• greenplum 6.x vs LightDB Enterprise Postgres安装与性能测试


    下载与安装

      分pivotal greenplum版本与开源版本。

      6.x版本基于postgresql 9.4.24,相比9.6、10、12,在PG本身易管理性、自治能力方面差异还是非常大的。

    mydb=# select name,setting from pg_settings where name like '%version%';
                    name                |                           setting                            
    ------------------------------------+--------------------------------------------------------------
     gp_server_version                  | 6.14.1 build commit:5ef30dd4c9878abadc0124e0761e4b988455a4bd
     gp_server_version_num              | 60000
     gpcc.metrics_collector_pkt_version | 10
     server_version                     | 9.4.24
     server_version_num                 | 90424
    (5 rows)

     安装可以参考https://www.jianshu.com/p/513935550350。
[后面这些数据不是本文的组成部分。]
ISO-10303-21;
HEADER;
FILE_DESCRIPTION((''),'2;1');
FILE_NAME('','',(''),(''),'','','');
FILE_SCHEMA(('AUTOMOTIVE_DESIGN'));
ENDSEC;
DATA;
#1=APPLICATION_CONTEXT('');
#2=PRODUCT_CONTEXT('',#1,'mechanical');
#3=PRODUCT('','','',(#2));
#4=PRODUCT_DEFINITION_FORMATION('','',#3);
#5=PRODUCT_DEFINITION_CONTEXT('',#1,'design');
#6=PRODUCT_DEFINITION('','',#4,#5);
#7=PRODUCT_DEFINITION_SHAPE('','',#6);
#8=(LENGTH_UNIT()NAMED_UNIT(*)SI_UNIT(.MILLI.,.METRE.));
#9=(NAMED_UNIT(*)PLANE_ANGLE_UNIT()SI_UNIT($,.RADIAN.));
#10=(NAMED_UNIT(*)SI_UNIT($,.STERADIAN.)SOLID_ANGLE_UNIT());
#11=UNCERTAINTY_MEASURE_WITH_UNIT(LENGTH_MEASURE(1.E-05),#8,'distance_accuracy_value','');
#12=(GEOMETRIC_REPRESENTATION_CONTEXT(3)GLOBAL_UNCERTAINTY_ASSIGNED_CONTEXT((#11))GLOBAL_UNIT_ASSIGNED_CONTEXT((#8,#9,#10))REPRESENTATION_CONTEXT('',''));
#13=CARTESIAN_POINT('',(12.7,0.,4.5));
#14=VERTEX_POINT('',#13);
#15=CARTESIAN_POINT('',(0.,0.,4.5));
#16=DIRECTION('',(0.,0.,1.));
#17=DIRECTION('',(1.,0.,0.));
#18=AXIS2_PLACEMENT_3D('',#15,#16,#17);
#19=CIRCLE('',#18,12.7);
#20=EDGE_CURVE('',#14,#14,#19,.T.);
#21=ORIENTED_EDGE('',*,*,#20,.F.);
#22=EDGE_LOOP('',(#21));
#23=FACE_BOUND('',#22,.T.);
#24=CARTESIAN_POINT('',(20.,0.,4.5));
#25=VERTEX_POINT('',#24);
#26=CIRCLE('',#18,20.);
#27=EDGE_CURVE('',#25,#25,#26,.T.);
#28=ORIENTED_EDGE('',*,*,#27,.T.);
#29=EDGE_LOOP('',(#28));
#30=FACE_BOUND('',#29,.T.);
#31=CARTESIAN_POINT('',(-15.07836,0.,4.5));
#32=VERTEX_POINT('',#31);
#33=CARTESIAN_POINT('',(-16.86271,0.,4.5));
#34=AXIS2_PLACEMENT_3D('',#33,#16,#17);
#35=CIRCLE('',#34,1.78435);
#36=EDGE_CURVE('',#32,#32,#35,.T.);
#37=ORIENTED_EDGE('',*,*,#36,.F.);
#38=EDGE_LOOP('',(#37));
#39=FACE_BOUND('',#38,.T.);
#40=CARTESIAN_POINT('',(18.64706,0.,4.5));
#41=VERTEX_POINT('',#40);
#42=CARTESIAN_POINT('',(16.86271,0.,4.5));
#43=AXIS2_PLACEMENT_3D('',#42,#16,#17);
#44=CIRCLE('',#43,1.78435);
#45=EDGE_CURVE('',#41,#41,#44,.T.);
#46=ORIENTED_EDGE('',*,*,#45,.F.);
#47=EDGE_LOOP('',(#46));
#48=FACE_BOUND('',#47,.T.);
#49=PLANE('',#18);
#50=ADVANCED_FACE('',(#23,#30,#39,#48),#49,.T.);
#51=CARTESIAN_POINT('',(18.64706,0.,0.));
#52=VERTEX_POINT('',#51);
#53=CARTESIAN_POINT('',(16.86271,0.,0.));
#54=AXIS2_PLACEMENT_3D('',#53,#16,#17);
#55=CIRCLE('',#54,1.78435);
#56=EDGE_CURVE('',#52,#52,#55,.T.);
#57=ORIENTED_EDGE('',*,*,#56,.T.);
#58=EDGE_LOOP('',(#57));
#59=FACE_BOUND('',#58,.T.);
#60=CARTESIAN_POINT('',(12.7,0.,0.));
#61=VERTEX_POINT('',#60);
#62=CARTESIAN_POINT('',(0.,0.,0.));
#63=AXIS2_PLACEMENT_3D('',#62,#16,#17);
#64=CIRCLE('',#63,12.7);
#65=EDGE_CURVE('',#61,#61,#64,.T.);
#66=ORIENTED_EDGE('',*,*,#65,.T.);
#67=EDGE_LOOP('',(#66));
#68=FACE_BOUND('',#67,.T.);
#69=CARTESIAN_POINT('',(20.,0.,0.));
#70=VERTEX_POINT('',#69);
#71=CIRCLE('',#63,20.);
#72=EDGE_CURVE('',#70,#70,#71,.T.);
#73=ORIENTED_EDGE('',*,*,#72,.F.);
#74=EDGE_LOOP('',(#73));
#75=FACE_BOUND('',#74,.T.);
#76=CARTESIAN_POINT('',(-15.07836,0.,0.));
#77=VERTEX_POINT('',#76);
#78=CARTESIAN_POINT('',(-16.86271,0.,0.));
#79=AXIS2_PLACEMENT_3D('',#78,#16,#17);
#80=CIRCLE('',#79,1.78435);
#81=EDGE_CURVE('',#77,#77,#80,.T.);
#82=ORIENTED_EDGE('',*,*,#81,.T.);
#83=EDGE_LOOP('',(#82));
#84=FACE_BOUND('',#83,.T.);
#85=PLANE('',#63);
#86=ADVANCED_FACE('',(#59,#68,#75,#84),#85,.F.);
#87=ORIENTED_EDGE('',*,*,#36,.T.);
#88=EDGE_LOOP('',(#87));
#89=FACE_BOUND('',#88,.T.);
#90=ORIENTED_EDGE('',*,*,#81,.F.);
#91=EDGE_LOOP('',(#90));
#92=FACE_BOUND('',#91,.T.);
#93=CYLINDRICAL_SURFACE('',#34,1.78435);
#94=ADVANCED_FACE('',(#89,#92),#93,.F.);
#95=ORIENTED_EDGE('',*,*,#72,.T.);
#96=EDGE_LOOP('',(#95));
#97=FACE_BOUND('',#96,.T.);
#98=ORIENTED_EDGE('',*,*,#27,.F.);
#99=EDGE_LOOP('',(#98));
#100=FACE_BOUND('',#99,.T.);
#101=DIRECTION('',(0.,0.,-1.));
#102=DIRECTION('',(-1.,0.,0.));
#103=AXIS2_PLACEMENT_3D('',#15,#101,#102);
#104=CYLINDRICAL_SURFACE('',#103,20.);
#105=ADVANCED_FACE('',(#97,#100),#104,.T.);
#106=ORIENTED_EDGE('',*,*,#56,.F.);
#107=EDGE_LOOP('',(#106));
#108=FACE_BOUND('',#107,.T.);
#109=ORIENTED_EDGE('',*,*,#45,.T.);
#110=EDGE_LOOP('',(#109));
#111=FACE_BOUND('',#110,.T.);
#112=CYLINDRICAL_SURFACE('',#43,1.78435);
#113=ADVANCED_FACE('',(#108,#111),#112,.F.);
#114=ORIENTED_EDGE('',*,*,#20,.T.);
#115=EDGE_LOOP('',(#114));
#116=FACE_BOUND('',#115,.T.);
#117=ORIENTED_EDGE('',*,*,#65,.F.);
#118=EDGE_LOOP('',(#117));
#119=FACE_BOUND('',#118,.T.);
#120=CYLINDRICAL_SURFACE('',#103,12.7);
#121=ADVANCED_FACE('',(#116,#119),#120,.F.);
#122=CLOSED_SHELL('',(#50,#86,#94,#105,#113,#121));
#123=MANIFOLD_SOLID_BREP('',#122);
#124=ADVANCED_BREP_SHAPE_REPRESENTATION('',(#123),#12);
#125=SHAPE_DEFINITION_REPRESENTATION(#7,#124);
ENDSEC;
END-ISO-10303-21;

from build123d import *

# Parameters (mm, degrees)
SKETCH1_R                    = 20
SKETCH1_R_2                  = 12.7
BOSS_EXTRUDE1_DEPTH          = 4.5
F_28_0_1405_DIAMETER_HOLE1_D = 3.5687


with BuildPart() as part:
    # Sketch1 → Boss-Extrude1 (new body)
    with BuildSketch(Plane.XY):
        Circle(SKETCH1_R)
        Circle(SKETCH1_R_2, mode=Mode.SUBTRACT)
    extrude(amount=BOSS_EXTRUDE1_DEPTH)

    # #28 (0.1405) Diameter Hole1 (through all)
    with Locations(Plane.XY.offset(4.5)):
        with Locations((-16.862709614, 0), (16.862709614, 0)):
            Hole(F_28_0_1405_DIAMETER_HOLE1_D / 2)


solid = part.part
    源码安装后修改密码、gp也必须:alter role gpadmin with password 'bigdata2018';
    gpstart #正常启动 
    gpstop #正常关闭 
    gpstop -M fast #快速关闭 
    gpstop –r #重启 
    gpstop –u #重新加载配置
     

    注意事项

    • 内核参数修改。kernel.sem是一定要修改足够大的,如果安装了oracle的话,需要更大。例如kernel.sem=250 512000 100 2048,否则会初始化失败。
    • SSH设置。LZ在第二台机器安装的时候,出现“localhost: Permission denied (publickey,gssapi-keyex,gssapi-with-mic,password).",网上搜索,有个hadoop的也遇到该问题,解释是“原因是秘钥没有给自己,运行ssh-copy-id -i /home/hadoop/.ssh/id_rsa.pub hadoop@localhost即可解决。”,但是LZ发现不生效,说明不是该原因。该问题还得后面看下,不过不影响安装,只是会后面不停的提示输入gpadmin的密码。
    • NTP服务安装。

    初始化失败后重新初始化

      只要删除/home/gpdata目录下的master/gpX/gpAdminLogs三个文件夹,然后重新执行即可。

    数据导入与导出

    一、数据导入

    greenplum数据导入有五种方式:

    1. insert:通过sql直接插入数据

    2. copy:通过master节点加载,无法实现并行高效数据加载

    copy tablename from '/home/../test.cvs' with delimiter ',';

    copy tablename from '/home/../test.cvs' with CSV; # 比前者更好用 

    export PGPASSWORD=postgres
    ./psql -h localhost -p 5432 -d postgres -U postgres -c "\\copy ta_tsharecurrents FROM '/disk01/sharecurrents.csv' with CSV"
    ./psql -h localhost -p 5432 -d postgres -U postgres -c "\\copy ta_tcustomerinfo FROM '/disk01/TA_TCUSTOMERINFO.csv' with CSV"
    ./psql -h localhost -p 5432 -d postgres -U postgres -c "\\copy ta_tnetvalueday FROM '/disk01/TA_TNETVALUEDAY.csv' with CSV"
    ./psql -h localhost -p 5432 -d postgres -U postgres -c "\\copy ta_tnetinfo FROM '/disk01/TA_TNETINFO.csv' with CSV"
    ./psql -h localhost -p 5432 -d postgres -U postgres -c "\\copy ta_tagencyinfo FROM '/disk01/TA_TAGENCYINFO.csv' with CSV"
    ./psql -h localhost -p 5432 -d postgres -U postgres -c "\\copy ta_tfundinfo FROM '/disk01/ta_tfundinfo.csv' with CSV"
    ./psql -h localhost -p 5432 -d postgres -U postgres -c "\\copy ta_taccoinfo FROM '/disk01/TA_TACCOINFO.csv' with CSV"

    3. 外部表:

    创建外部表,然后插入数据。这种还可以依赖gpfdist服务更快导入。

    4. gpload:外部表的封装

    通过编辑gpload控制文件test.yml完成导入

    gpload -f test.yml

    5. 可执行外部表:不需要启动gpfdist服务

    create external web table test1(..)

    execute 'cat /home/../test.dat' on master

    format 'text' (delimiter ',' null as '' escape 'off')

    encoding '';

    insert into test select * from test1;

    数据导出:

    1、copy命令导出

    2、可写外部表导出数据:

    create writable external table test1

    (like test)

    location ('gpfdist://localhost:8888/test.dat')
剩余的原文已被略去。